7. Compare the test statistic to the critical value:
- 7.5633 < 28.869
Since the test statistic (7.5633) is less than the critical value (28.869), we reject the null hypothesis. Therefore, we can conclude that at a significance level of 10%, the new process is less variable than the old process.
To determine if we can conclude that the new process is less variable than the old process, we can perform a hypothesis test.
First, let's state the null and alternative hypotheses:
Null hypothesis (H0): The new process has the same or greater standard deviation than the old process.
Alternative hypothesis (Ha): The new process has a smaller standard deviation than the old process.
Next, we will determine the critical value or the test statistic to compare with the observed sample statistic.
Since we are comparing the variances of two normal populations, we can use the F-test. The test statistic for the F-test is calculated as the ratio of the sample variances, which follows an F-distribution.
To perform the F-test, we need to calculate the F-statistic using the following formula:
F = (s1^2) / (s2^2)
Where s1^2 is the sample variance of the new process, and s2^2 is the sample variance of the old process.
In our case, the sample standard deviation of the new process is given as 0.126, so we can calculate the sample variance as follows:
s1^2 = (0.126)^2 = 0.015876
The population standard deviation of the old process is given as 0.200, so we can calculate the population variance as follows:
s2^2 = (0.200)^2 = 0.040000
Now we can calculate the F-statistic:
F = 0.015876 / 0.040000 = 0.3969
Note: The F-statistic follows an F-distribution with degrees of freedom (df1, df2), where df1 is the degrees of freedom for the numerator (sample variance of the new process) and df2 is the degrees of freedom for the denominator (sample variance of the old process).

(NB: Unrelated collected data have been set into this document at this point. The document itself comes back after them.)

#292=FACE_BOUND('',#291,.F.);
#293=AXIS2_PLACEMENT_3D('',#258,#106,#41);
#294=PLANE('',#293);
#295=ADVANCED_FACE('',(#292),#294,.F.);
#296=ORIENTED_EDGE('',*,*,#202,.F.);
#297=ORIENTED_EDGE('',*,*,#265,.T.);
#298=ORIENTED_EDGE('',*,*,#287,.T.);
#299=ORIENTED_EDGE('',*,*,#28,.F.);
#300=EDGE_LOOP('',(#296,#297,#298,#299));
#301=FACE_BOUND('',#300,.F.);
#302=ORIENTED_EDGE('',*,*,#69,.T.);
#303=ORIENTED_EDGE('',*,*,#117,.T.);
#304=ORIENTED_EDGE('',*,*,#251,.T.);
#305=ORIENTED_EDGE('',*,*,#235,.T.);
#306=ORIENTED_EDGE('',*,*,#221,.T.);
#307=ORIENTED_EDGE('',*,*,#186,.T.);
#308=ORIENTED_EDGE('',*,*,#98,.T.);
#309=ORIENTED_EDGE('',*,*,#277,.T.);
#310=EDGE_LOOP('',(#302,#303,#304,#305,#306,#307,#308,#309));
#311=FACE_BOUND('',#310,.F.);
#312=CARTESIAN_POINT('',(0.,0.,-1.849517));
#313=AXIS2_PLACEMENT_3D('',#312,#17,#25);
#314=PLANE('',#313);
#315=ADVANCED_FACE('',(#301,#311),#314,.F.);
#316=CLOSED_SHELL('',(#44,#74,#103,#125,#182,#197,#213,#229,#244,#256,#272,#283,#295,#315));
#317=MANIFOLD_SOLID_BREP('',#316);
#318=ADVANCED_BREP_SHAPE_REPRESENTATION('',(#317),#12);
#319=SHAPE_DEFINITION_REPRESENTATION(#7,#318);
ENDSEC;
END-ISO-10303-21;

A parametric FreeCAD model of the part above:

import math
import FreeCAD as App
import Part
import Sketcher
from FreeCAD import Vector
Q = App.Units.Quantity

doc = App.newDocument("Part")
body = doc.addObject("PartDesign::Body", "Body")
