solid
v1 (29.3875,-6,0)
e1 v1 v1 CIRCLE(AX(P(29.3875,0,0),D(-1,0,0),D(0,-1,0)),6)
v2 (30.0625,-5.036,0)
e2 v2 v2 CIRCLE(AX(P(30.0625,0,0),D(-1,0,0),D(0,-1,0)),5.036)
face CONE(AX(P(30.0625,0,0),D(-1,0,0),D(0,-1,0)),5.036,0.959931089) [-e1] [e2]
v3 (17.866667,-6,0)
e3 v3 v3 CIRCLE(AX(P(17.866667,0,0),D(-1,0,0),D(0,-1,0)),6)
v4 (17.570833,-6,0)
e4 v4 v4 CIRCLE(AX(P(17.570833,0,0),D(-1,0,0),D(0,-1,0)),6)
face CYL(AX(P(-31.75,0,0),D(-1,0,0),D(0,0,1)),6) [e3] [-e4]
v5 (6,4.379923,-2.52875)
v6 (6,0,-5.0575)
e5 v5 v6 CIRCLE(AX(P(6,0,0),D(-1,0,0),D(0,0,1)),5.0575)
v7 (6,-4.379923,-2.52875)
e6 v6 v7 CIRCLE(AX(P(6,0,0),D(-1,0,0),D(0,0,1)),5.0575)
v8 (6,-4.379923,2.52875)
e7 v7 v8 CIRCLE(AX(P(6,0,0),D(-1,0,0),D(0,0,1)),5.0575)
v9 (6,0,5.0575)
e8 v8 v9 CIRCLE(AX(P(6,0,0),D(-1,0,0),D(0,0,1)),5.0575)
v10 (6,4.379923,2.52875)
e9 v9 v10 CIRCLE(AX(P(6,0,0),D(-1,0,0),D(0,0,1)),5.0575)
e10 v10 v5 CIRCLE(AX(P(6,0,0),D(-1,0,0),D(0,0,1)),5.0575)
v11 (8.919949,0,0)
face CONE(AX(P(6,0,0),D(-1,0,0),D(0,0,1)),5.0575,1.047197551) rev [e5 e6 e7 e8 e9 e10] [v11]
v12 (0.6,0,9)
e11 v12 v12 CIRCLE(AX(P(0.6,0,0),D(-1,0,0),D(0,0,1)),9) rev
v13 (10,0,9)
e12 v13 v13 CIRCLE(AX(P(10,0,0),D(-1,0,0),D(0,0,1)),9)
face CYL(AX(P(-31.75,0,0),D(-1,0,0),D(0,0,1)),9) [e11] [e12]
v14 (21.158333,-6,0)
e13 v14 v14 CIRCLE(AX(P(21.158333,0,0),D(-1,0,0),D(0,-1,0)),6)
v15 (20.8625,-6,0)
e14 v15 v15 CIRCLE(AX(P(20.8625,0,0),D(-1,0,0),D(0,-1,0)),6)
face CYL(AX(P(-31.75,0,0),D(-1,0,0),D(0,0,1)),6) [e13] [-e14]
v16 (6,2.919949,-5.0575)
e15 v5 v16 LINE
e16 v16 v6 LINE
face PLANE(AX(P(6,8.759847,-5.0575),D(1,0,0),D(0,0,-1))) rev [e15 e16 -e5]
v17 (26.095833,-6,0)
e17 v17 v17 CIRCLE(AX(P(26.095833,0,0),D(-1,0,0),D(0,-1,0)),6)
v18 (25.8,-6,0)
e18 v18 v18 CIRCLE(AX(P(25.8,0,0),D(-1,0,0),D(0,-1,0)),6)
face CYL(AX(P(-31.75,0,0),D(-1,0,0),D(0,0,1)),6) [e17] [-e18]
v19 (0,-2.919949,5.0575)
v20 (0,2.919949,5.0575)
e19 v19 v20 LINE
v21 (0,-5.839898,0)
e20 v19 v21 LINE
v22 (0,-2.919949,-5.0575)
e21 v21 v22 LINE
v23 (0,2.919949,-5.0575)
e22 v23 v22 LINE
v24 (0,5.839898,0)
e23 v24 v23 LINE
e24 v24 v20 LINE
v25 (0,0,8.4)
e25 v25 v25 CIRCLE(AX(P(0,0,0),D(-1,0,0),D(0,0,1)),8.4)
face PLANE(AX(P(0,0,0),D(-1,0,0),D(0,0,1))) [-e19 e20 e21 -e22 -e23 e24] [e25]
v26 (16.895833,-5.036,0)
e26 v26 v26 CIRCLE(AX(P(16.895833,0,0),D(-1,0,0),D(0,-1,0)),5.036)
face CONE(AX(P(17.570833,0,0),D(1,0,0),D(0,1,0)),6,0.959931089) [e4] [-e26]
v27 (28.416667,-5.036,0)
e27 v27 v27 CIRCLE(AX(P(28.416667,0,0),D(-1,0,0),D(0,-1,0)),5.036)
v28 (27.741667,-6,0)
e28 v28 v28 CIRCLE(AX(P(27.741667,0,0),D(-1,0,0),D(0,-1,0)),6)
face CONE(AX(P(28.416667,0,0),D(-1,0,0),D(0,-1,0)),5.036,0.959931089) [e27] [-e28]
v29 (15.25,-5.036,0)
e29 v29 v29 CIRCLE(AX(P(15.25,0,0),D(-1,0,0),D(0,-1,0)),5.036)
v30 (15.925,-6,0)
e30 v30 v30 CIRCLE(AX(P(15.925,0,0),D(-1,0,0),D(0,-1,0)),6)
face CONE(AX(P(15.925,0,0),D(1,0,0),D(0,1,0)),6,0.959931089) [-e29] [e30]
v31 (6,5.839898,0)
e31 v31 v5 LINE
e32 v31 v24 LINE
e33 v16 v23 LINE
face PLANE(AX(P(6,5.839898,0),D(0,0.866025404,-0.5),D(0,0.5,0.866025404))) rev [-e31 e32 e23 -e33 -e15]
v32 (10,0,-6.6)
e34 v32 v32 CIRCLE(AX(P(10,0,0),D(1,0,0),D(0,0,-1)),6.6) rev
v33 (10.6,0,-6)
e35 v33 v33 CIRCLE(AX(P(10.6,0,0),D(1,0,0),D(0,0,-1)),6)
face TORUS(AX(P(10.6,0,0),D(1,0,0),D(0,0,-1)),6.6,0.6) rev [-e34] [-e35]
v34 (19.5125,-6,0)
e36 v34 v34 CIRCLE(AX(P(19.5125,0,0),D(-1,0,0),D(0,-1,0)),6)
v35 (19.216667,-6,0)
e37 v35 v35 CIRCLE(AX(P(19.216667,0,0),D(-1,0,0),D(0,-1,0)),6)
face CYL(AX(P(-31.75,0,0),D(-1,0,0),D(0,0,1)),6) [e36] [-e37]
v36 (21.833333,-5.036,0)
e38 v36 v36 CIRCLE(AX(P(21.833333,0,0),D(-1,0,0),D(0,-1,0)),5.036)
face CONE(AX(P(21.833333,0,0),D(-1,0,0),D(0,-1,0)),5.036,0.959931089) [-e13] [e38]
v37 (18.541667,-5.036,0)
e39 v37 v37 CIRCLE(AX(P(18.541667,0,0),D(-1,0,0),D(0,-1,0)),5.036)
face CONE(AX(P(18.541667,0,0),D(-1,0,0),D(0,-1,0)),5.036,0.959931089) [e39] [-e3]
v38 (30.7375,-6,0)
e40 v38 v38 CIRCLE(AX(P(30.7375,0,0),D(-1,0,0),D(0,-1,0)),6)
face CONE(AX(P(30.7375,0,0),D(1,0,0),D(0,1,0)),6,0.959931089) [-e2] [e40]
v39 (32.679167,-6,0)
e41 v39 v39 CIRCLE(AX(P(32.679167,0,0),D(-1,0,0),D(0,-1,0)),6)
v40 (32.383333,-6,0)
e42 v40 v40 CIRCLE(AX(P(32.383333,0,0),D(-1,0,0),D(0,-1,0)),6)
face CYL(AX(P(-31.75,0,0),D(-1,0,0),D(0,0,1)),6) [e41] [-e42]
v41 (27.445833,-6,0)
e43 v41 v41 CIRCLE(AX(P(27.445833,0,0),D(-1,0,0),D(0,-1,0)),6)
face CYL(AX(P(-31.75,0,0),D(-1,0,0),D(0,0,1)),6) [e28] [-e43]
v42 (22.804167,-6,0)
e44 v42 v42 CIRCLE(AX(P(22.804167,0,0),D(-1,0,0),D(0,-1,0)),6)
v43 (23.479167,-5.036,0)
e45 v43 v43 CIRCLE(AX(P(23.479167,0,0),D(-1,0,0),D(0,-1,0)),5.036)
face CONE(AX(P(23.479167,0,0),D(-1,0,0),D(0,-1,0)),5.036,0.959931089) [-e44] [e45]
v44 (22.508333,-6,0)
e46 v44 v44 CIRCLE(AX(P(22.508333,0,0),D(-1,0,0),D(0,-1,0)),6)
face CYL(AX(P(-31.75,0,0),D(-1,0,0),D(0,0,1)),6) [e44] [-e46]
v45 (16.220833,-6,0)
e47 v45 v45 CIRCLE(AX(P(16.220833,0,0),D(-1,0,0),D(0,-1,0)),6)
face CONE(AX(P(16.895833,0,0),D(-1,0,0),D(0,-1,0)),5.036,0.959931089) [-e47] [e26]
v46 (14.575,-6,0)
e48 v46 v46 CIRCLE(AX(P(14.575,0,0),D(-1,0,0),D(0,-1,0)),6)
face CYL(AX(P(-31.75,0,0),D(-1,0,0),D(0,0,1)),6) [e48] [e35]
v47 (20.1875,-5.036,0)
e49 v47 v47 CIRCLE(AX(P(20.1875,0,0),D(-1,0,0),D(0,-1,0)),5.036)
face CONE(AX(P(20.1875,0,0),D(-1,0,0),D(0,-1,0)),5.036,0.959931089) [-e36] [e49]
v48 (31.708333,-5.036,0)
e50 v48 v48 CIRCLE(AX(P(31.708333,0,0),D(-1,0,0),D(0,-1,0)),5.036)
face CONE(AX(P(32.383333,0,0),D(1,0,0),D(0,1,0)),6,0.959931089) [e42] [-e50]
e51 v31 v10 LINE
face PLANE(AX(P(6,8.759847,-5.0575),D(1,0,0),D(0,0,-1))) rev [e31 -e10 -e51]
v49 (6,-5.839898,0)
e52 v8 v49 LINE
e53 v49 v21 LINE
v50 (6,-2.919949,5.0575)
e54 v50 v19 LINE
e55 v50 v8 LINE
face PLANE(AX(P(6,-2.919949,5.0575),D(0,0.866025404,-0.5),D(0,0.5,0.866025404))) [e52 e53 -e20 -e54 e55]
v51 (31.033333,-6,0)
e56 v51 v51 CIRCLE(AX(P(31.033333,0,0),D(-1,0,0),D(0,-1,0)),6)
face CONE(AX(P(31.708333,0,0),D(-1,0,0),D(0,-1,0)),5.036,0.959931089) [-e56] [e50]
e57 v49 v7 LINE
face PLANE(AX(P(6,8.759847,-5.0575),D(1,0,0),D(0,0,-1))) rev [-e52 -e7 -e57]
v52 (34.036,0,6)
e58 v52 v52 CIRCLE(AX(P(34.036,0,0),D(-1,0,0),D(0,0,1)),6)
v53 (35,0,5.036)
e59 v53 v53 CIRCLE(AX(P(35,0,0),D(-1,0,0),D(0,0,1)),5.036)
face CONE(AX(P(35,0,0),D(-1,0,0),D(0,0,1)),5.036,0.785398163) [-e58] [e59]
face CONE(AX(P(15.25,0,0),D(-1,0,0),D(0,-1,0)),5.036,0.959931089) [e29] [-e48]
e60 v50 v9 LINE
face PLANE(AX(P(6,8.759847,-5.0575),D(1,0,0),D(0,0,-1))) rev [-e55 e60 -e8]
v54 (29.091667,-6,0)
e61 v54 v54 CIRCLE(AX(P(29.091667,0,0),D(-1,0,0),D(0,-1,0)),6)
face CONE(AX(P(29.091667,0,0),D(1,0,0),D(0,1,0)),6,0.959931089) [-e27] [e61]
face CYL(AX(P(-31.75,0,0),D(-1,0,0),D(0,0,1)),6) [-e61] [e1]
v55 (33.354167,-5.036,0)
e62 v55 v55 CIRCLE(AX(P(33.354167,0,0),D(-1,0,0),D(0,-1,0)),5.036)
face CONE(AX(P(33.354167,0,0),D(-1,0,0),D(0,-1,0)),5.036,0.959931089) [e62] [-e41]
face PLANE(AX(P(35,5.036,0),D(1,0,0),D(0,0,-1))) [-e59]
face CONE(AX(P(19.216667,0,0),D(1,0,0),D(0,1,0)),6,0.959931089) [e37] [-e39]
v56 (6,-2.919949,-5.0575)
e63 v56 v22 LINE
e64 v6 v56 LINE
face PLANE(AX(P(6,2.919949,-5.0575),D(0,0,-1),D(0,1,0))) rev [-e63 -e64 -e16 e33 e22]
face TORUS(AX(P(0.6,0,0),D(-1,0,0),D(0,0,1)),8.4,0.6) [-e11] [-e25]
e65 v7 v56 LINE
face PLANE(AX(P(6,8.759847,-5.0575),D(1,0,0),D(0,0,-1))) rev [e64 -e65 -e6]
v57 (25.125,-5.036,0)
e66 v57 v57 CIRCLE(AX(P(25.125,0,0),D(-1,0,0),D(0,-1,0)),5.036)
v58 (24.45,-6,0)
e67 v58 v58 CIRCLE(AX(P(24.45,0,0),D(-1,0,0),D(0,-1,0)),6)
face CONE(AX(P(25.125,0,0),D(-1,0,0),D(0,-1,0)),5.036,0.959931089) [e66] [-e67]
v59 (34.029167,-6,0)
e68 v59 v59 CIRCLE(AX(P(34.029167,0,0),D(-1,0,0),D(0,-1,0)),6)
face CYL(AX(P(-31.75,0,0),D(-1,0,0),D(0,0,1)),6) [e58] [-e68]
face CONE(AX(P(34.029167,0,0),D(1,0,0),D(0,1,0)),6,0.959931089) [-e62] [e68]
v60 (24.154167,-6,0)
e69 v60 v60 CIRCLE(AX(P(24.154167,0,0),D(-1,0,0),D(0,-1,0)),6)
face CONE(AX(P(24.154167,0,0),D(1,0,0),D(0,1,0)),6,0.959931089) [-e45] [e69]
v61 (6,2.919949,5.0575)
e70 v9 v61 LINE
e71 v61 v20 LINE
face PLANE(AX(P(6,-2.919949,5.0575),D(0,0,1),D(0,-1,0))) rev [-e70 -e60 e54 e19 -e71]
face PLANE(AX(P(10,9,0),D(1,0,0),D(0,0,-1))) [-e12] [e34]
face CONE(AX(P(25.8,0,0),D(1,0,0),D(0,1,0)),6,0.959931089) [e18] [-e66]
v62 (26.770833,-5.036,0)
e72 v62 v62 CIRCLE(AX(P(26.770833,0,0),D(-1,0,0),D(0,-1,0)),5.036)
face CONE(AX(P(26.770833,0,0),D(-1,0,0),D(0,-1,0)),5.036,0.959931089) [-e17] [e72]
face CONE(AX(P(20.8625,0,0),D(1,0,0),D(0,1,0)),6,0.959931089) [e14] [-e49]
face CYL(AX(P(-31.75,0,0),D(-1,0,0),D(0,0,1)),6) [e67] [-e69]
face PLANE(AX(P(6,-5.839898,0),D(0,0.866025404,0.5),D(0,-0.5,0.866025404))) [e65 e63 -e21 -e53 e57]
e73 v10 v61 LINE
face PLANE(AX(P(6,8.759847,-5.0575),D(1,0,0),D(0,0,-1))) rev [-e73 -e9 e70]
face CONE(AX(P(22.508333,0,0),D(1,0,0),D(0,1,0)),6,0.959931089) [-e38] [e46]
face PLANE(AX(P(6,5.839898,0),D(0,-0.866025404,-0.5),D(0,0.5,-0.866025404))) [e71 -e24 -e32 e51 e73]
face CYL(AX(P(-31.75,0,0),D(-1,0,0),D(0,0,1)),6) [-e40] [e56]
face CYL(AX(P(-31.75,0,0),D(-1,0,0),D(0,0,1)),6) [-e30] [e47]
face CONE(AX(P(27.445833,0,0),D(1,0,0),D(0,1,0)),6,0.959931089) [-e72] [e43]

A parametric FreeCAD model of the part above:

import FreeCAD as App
import Part
import Sketcher

V = App.Vector
Q = App.Units.Quantity


def edges_at(feature, points):
    """Names of the edges that pass closest to the given points."""
    edges = feature.Shape.Edges
    near = lambda p: min(range(len(edges)), key=lambda i: edges[i].distToShape(Part.Vertex(*p))[0])
    return sorted({f"Edge{near(p) + 1}" for p in points})

doc = App.newDocument("Part")
body = doc.addObject("PartDesign::Body", "Body")

# Sketch on XY plane
sketch1 = body.newObject("Sketcher::SketchObject", "Sketch")
sketch1.AttachmentSupport = (doc.getObject("XY_Plane"), [""])
sketch1.MapMode = "FlatFace"
sketch1.addGeometry(Part.LineSegment(V(0, 9, 0), V(0, 0, 0)), False)
sketch1.addGeometry(Part.LineSegment(V(0, 0, 0), V(35, 0, 0)), False)
sketch1.addGeometry(Part.LineSegment(V(35, 0, 0), V(35, 5, 0)), False)
sketch1.addGeometry(Part.LineSegment(V(35, 5, 0), V(34, 6, 0)), False)
sketch1.addGeometry(Part.LineSegment(V(34, 6, 0), V(10, 6, 0)), False)
sketch1.addGeometry(Part.LineSegment(V(10, 6, 0), V(10, 9, 0)), False)
sketch1.addGeometry(Part.LineSegment(V(10, 9, 0), V(0, 9, 0)), False)
sketch1.addConstraint(Sketcher.Constraint("Coincident", 0, 2, 1, 1))
sketch1.addConstraint(Sketcher.Constraint("Coincident", 1, 2, 2, 1))
sketch1.addConstraint(Sketcher.Constraint("Coincident", 2, 2, 3, 1))
sketch1.addConstraint(Sketcher.Constraint("Coincident", 3, 2, 4, 1))
sketch1.addConstraint(Sketcher.Constraint("Coincident", 4, 2, 5, 1))
sketch1.addConstraint(Sketcher.Constraint("Coincident", 5, 2, 6, 1))
sketch1.addConstraint(Sketcher.Constraint("Coincident", 6, 2, 0, 1))
sketch1.addConstraint(Sketcher.Constraint("Vertical", 0))
sketch1.addConstraint(Sketcher.Constraint("Horizontal", 1))
sketch1.addConstraint(Sketcher.Constraint("Vertical", 2))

In this case, df1 = n1 - 1 = 20 - 1 = 19, and df2 = n2 - 1 = unknown.
To find the critical value of the F-distribution at a significance level of 10%, we need to use a statistical table or statistical software. The critical value will depend on the degrees of freedom.
Once we have the critical value, we can compare it with the F-statistic. If the F-statistic is less than the critical value, we reject the null hypothesis and conclude that the new process is less variable than the old process. If the F-statistic is greater than or equal to the critical value, we fail to reject the null hypothesis, and we do not have enough evidence to conclude that the new process is less variable than the old process.
Please refer to a statistical table or use statistical software to find the critical value for the F-distribution with the appropriate degrees of freedom.